We utilized a dataset of 5,120 MRI scans representing different progression stages of Alzheimer’s disease. We implemented a deep learning architecture based on the ResNet18 model pretrained on ImageNet to extract fine-grained structural features from MRI images. Severe class imbalance was addressed by applying weighted cross-entropy loss, targeted augmentation, regularization techniques, and iterative hyperparameter tuning. Through continuous experimentation, the model improved from an initial accuracy of 60\% to the final 94\% performance.

The dataset presented a major challenge with only 49 images in the Very Mild class, the most clinically critical stage for early detection. The model initially ignored this class entirely. This issue required careful techniques such as class weighting and aggressive augmentation to ensure proper learning. Additionally, overfitting due to limited data required the use of regularization strategies to maintain generalization.

We successfully developed a model capable of detecting early-stage Alzheimer's with strong recall, meaning it identifies most patients who need early intervention. Our approach not only reached 94\% overall accuracy but also demonstrated clinically meaningful behavior by focusing on subtle abnormalities.
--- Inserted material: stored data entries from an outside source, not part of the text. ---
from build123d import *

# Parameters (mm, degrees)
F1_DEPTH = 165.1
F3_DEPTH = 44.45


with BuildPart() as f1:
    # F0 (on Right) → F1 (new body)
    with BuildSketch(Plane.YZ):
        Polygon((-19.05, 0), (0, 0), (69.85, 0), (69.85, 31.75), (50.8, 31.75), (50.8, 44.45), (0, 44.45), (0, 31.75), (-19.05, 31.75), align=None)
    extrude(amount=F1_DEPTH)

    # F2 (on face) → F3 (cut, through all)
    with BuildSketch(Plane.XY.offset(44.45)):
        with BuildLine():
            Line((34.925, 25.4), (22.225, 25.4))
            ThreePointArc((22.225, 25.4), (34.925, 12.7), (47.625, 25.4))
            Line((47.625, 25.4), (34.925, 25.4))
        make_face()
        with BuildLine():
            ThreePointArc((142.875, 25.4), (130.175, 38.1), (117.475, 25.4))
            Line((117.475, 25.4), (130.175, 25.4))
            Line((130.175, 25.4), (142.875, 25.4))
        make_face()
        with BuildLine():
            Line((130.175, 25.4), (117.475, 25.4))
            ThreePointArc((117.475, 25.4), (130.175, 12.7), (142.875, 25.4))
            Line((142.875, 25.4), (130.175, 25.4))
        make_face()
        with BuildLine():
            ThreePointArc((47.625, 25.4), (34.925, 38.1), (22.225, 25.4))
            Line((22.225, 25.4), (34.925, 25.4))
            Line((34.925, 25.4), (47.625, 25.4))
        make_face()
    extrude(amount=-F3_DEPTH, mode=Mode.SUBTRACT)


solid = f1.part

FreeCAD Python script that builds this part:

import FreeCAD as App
import Part
import Sketcher

V = App.Vector
Q = App.Units.Quantity

doc = App.newDocument("Part")
body = doc.addObject("PartDesign::Body", "Body")

# Sketch on YZ plane
sketch1 = body.newObject("Sketcher::SketchObject", "Sketch")
sketch1.AttachmentSupport = (doc.getObject("YZ_Plane"), [""])
sketch1.MapMode = "FlatFace"
sketch1.addGeometry([
    Part.LineSegment(V(-19, 0, 0), V(70, 0, 0)),  # 0
    Part.LineSegment(V(70, 0, 0), V(70, 32, 0)),  # 1
    Part.LineSegment(V(70, 32, 0), V(51, 32, 0)),  # 2
    Part.LineSegment(V(51, 32, 0), V(51, 44, 0)),  # 3
    Part.LineSegment(V(51, 44, 0), V(0, 44, 0)),  # 4
    Part.LineSegment(V(0, 44, 0), V(0, 32, 0)),  # 5
    Part.LineSegment(V(0, 32, 0), V(-19, 32, 0)),  # 6
    Part.LineSegment(V(-19, 32, 0), V(-19, 0, 0)),  # 7
], False)
sketch1.addConstraint([
    Sketcher.Constraint("Coincident", 0, 2, 1, 1),
    Sketcher.Constraint("Coincident", 1, 2, 2, 1),
    Sketcher.Constraint("Coincident", 2, 2, 3, 1),
    Sketcher.Constraint("Coincident", 3, 2, 4, 1),
    Sketcher.Constraint("Coincident", 4, 2, 5, 1),
    Sketcher.Constraint("Coincident", 5, 2, 6, 1),
    Sketcher.Constraint("Coincident", 6, 2, 7, 1),
    Sketcher.Constraint("Coincident", 7, 2, 0, 1),
    Sketcher.Constraint("Horizontal", 0),
    Sketcher.Constraint("Vertical", 1),
    Sketcher.Constraint("Horizontal", 2),
    Sketcher.Constraint("Vertical", 3),
    Sketcher.Constraint("Horizontal", 4),
    Sketcher.Constraint("Vertical", 5),
    Sketcher.Constraint("Horizontal", 6),
    Sketcher.Constraint("Vertical", 7),
    Sketcher.Constraint("PointOnObject", 0, 2, -1),
    Sketcher.Constraint("PointOnObject", 4, 2, -2),
    Sketcher.Constraint("Horizontal", 2, 2, 5, 2),
    Sketcher.Constraint("Equal", 2, 6),
    Sketcher.Constraint("DistanceX", 4, 2, 4, 1, Q("2 in")),
    Sketcher.Constraint("DistanceX", 0, 1, 0, 2, Q("3.5 in")),
    Sketcher.Constraint("DistanceY", 3, 1, 3, 2, Q("0.5 in")),
    Sketcher.Constraint("DistanceY", 1, 1, 1, 2, Q("1.25 in")),
])
pad1 = body.newObject("PartDesign::Pad", "Pad")
pad1.Profile = sketch1
pad1.Length = Q("6.5 in")

# Sketch on XY plane
sketch2 = body.newObject("Sketcher::SketchObject", "Sketch001")
sketch2.AttachmentSupport = (doc.getObject("XY_Plane"), [""])
sketch2.MapMode = "FlatFace"
sketch2.AttachmentOffset = App.Placement(V(0, 0, 1.75 * 25.4), App.Rotation())
sketch2.addGeometry([
    Part.Circle(V(35, 25, 0), V(0, 0, 1), 13),
    Part.Circle(V(130, 25, 0), V(0, 0, 1), 13),
], False)
sketch2.addConstraint([
    Sketcher.Constraint("Equal", 0, 1),
    Sketcher.Constraint("Horizontal", 0, 3, 1, 3),
    Sketcher.Constraint("Diameter", 0, Q("1 in")),
    Sketcher.Constraint("DistanceY", -1, 1, 0, 3, Q("1 in")),
    Sketcher.Constraint("DistanceX", 0, 3, 1, 3, Q("3.75 in")),
    Sketcher.Constraint("DistanceX", -1, 1, 0, 3, Q("1.375 in")),
])
pocket1 = body.newObject("PartDesign::Pocket", "Pocket")
pocket1.Profile = sketch2
pocket1.Type = "ThroughAll"

doc.recompute()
We are proud that our system has the potential to support doctors and ultimately improve patient outcomes.

We learned that real-world medical data often brings challenges such as imbalance and subtle class differences, requiring thoughtful solutions beyond standard deep learning practices. We also gained valuable experience in model optimization, medical imaging considerations, validation strategies, and the importance of interpretability in healthcare AI. Most importantly, we learned how each incremental improvement contributes to meaningful progress.

Our next steps include expanding to 3D volumetric MRI data, integrating additional modalities such as patient demographics and cognitive scores, and implementing explainable AI methods to highlight relevant brain regions. We aim to collaborate with clinical partners to evaluate real-world performance and continue advancing toward a deployable screening tool that can significantly improve early Alzheimer’s diagnosis and care.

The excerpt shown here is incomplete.